# Wide open spaces may doom my home theater (drama to entice you to read this!)



## MLGamer (Feb 10, 2013)

Greetings one and all,

The excitement has been building over the last few months in anticipation of beginning construction to finish my 1900 square foot basement. The jewel of this journey is the inclusion of a home theater consisting of the following:

Television: Panasonic 65" TCP65ST60
FL & FR: SVS Ultra Towers
CC: SVS Ultra Center
Subwoofer: SVS PB13 - Ultra
SL & SR: SVS Ultra Surrounds (ceiling mounted due to limited wall space)
RL & RR: SVS Ultra Surrounds (ceiling mounted due to limited wall space)
Receiver: Denon AVR-X4000
Universal DP: Oppo BDP - 103
Line Conditioner: Panamax M5100-PM

***********DILEMMA ALERT! DILEMMA ALERT*****************

The layout of the home theater is open; therefore, my home theater area opens to a bar and billiards room (see attachments). The HT area is roughly 21 x 20. The billiards area is around 18 x 19. The bar, off to the right if facing the plasma television is approximately 8 x 12. I need your help in determining what types of acoustical treatments to utilize and where they should be located. Please note, on the full floor plan you will see walls that appear like this: === === === ===. These are called dimensional walls. In effect they are not walls at all but merely a means of defining space (e.g. billiards room).

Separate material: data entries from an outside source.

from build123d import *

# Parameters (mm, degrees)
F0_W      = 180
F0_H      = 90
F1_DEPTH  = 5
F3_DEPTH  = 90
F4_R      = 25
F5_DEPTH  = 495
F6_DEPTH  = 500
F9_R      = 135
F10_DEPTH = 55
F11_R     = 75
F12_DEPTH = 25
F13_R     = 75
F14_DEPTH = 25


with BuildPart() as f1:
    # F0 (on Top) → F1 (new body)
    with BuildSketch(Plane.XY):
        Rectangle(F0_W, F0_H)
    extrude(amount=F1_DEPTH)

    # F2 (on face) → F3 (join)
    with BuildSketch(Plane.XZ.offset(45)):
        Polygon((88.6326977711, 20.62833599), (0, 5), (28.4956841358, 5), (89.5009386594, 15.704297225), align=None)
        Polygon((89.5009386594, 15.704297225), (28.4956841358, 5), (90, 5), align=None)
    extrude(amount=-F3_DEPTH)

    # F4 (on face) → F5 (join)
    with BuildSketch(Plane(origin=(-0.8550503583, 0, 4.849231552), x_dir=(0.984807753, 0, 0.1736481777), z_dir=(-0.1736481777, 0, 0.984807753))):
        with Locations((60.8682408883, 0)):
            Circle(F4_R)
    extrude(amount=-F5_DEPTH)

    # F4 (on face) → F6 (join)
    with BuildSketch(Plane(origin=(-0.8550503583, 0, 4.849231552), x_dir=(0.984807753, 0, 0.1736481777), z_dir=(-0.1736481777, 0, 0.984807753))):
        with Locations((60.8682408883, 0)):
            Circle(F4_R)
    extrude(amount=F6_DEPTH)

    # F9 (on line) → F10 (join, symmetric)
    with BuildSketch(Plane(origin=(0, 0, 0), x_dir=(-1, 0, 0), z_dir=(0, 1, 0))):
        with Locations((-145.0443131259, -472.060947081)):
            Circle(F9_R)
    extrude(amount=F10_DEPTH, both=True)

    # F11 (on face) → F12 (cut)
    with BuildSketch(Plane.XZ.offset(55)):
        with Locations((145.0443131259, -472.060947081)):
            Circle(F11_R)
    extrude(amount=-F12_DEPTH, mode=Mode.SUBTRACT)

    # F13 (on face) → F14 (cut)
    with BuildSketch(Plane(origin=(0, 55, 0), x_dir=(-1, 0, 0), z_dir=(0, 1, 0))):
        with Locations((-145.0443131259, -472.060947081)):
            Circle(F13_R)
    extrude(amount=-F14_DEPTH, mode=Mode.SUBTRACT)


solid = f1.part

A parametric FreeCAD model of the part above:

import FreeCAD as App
import Part
import Sketcher
Q = App.Units.Quantity

doc = App.newDocument("Part")
body = doc.addObject("PartDesign::Body", "Body")

# Sketch on XY plane
sketch1 = doc.addObject("Sketcher::SketchObject", "Sketch")
body.addObject(sketch1)
sketch1.AttachmentSupport = (doc.XY_Plane, [""])
sketch1.MapMode = "FlatFace"
sketch1.addGeometry(Part.LineSegment(App.Vector(-90, 45, 0), App.Vector(-90, -45, 0)), False)
sketch1.addGeometry(Part.LineSegment(App.Vector(-90, -45, 0), App.Vector(90, -45, 0)), False)
sketch1.addGeometry(Part.LineSegment(App.Vector(90, -45, 0), App.Vector(90, 45, 0)), False)
sketch1.addGeometry(Part.LineSegment(App.Vector(90, 45, 0), App.Vector(-90, 45, 0)), False)
sketch1.addConstraint(Sketcher.Constraint("Coincident", 0, 2, 1, 1))
sketch1.addConstraint(Sketcher.Constraint("Coincident", 1, 2, 2, 1))
sketch1.addConstraint(Sketcher.Constraint("Coincident", 2, 2, 3, 1))
sketch1.addConstraint(Sketcher.Constraint("Coincident", 3, 2, 0, 1))
sketch1.addConstraint(Sketcher.Constraint("Vertical", 0))
sketch1.addConstraint(Sketcher.Constraint("Horizontal", 1))
sketch1.addConstraint(Sketcher.Constraint("Vertical", 2))
sketch1.addConstraint(Sketcher.Constraint("Horizontal", 3))
sketch1.addConstraint(Sketcher.Constraint("Symmetric", 0, 2, 2, 2, -1, 1))
sketch1.addConstraint(Sketcher.Constraint("DistanceX", 1, 1, 1, 2, Q("180 mm")))
sketch1.addConstraint(Sketcher.Constraint("DistanceY", 0, 2, 0, 1, Q("90 mm")))
pad1 = doc.addObject("PartDesign::Pad", "Pad")
body.addObject(pad1)
pad1.Profile = sketch1
pad1.Length = 5

# Sketch on XZ plane
sketch2 = doc.addObject("Sketcher::SketchObject", "Sketch001")
body.addObject(sketch2)
sketch2.AttachmentSupport = (doc.XZ_Plane, [""])
sketch2.MapMode = "FlatFace"
sketch2.AttachmentOffset = App.Placement(App.Vector(0, 0, 45), App.Rotation())
sketch2.addGeometry(Part.LineSegment(App.Vector(88.6, 20.6, 0), App.Vector(0, 5, 0)), False)
sketch2.addGeometry(Part.LineSegment(App.Vector(0, 5, 0), App.Vector(90, 5, 0)), False)
sketch2.addGeometry(Part.LineSegment(App.Vector(90, 5, 0), App.Vector(89.5, 15.7, 0)), False)
sketch2.addGeometry(Part.LineSegment(App.Vector(89.5, 15.7, 0), App.Vector(88.6, 20.6, 0)), False)
sketch2.addConstraint(Sketcher.Constraint("Coincident", 0, 2, 1, 1))
sketch2.addConstraint(Sketcher.Constraint("Coincident", 1, 2, 2, 1))
sketch2.addConstraint(Sketcher.Constraint("Coincident", 2, 2, 3, 1))
sketch2.addConstraint(Sketcher.Constraint("Coincident", 3, 2, 0, 1))
sketch2.addConstraint(Sketcher.Constraint("Horizontal", 1))
sketch2.addConstraint(Sketcher.Constraint("PointOnObject", 0, 2, -2))
sketch2.addConstraint(Sketcher.Constraint("Perpendicular", 0, 3))
sketch2.addConstraint(Sketcher.Constraint("DistanceX", 1, 1, 1, 2, Q("90 mm")))
sketch2.addConstraint(Sketcher.Constraint("Angle", 0, Q("-170 deg")))
sketch2.addConstraint(Sketcher.Constraint("Distance", 0, Q("90 mm")))
sketch2.addConstraint(Sketcher.Constraint("Distance", 3, Q("5 mm")))
sketch2.addConstraint(Sketcher.Constraint("DistanceY", -1, 1, 0, 2, Q("5 mm")))
pad2 = doc.addObject("PartDesign::Pad", "Pad001")
body.addObject(pad2)
pad2.Profile = sketch2
pad2.Length = 90
pad2.Reversed = True

# Sketch on an angled plane
sketch3 = doc.addObject("Sketcher::SketchObject", "Sketch002")
body.addObject(sketch3)
sketch3.Placement = App.Placement(App.Vector(-0.85505, 0, 4.849232), App.Rotation(App.Vector(0.984807753, 0, 0.173648178), App.Vector(0, 1, 0), App.Vector(-0.173648178, 0, 0.984807753), "ZXY"))
sketch3.addGeometry(Part.Circle(App.Vector(61, 0, 0), App.Vector(0, 0, 1), 25), False)
sketch3.addConstraint(Sketcher.Constraint("PointOnObject", 0, 3, -1))
sketch3.addConstraint(Sketcher.Constraint("Diameter", 0, Q("50 mm")))
sketch3.addConstraint(Sketcher.Constraint("DistanceX", -1, 1, 0, 3, Q("60.868241 mm")))
pad3 = doc.addObject("PartDesign::Pad", "Pad002")
body.addObject(pad3)
pad3.Profile = sketch3
pad3.Length = 495
pad3.Reversed = True

# Sketch on an angled plane
sketch4 = doc.addObject("Sketcher::SketchObject", "Sketch003")
body.addObject(sketch4)
sketch4.Placement = App.Placement(App.Vector(-0.85505, 0, 4.849232), App.Rotation(App.Vector(0.984807753, 0, 0.173648178), App.Vector(0, 1, 0), App.Vector(-0.173648178, 0, 0.984807753), "ZXY"))
sketch4.addGeometry(Part.Circle(App.Vector(61, 0, 0), App.Vector(0, 0, 1), 25), False)
sketch4.addConstraint(Sketcher.Constraint("PointOnObject", 0, 3, -1))
sketch4.addConstraint(Sketcher.Constraint("Diameter", 0, Q("50 mm")))
sketch4.addConstraint(Sketcher.Constraint("DistanceX", -1, 1, 0, 3, Q("60.868241 mm")))
pad4 = doc.addObject("PartDesign::Pad", "Pad003")
body.addObject(pad4)
pad4.Profile = sketch4
pad4.Length = 500

# Sketch on XZ plane
sketch5 = doc.addObject("Sketcher::SketchObject", "Sketch004")
body.addObject(sketch5)
sketch5.AttachmentSupport = (doc.XZ_Plane, [""])
sketch5.MapMode = "FlatFace"
sketch5.addGeometry(Part.Circle(App.Vector(145, -472, 0), App.Vector(0, 0, 1), 135), False)
sketch5.addConstraint(Sketcher.Constraint("Diameter", 0, Q("270 mm")))
sketch5.addConstraint(Sketcher.Constraint("DistanceX", -1, 1, 0, 3, Q("145.044313 mm")))
sketch5.addConstraint(Sketcher.Constraint("DistanceY", 0, 3, -1, 1, Q("472.060947 mm")))
pad5 = doc.addObject("PartDesign::Pad", "Pad004")
body.addObject(pad5)
pad5.Profile = sketch5
pad5.Length = 110
pad5.Midplane = True

# Sketch on XZ plane
sketch6 = doc.addObject("Sketcher::SketchObject", "Sketch005")
body.addObject(sketch6)
sketch6.AttachmentSupport = (doc.XZ_Plane, [""])
sketch6.MapMode = "FlatFace"
sketch6.AttachmentOffset = App.Placement(App.Vector(0, 0, 55), App.Rotation())
sketch6.addGeometry(Part.Circle(App.Vector(145, -472, 0), App.Vector(0, 0, 1), 75), False)
sketch6.addConstraint(Sketcher.Constraint("Diameter", 0, Q("150 mm")))
sketch6.addConstraint(Sketcher.Constraint("DistanceX", -1, 1, 0, 3, Q("145.044313 mm")))
sketch6.addConstraint(Sketcher.Constraint("DistanceY", 0, 3, -1, 1, Q("472.060947 mm")))
pocket1 = doc.addObject("PartDesign::Pocket", "Pocket")
body.addObject(pocket1)
pocket1.Profile = sketch6
pocket1.Length = 25

# Sketch on XZ plane
sketch7 = doc.addObject("Sketcher::SketchObject", "Sketch006")
body.addObject(sketch7)
sketch7.AttachmentSupport = (doc.XZ_Plane, [""])
sketch7.MapMode = "FlatFace"
sketch7.AttachmentOffset = App.Placement(App.Vector(0, 0, -55), App.Rotation())
sketch7.addGeometry(Part.Circle(App.Vector(145, -472, 0), App.Vector(0, 0, 1), 75), False)
sketch7.addConstraint(Sketcher.Constraint("Diameter", 0, Q("150 mm")))
sketch7.addConstraint(Sketcher.Constraint("DistanceX", -1, 1, 0, 3, Q("145.044313 mm")))
sketch7.addConstraint(Sketcher.Constraint("DistanceY", 0, 3, -1, 1, Q("472.060947 mm")))
pocket2 = doc.addObject("PartDesign::Pocket", "Pocket001")
body.addObject(pocket2)
pocket2.Profile = sketch7
pocket2.Length = 25
pocket2.Reversed = True

doc.recompute()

Thanks to everyone for their assistance.

~Matthew


----------



## bpape (Sep 14, 2006)

The basic front of the room is still relatively symmetric. Broadband bass control in the front corners and side wall reflections up to the point where the bar area extends out are a good start. If you want to go a bit farther, you can do the entire front wall in something like 2" 703 or ECOSE and then cover with fabric.

Bryan


----------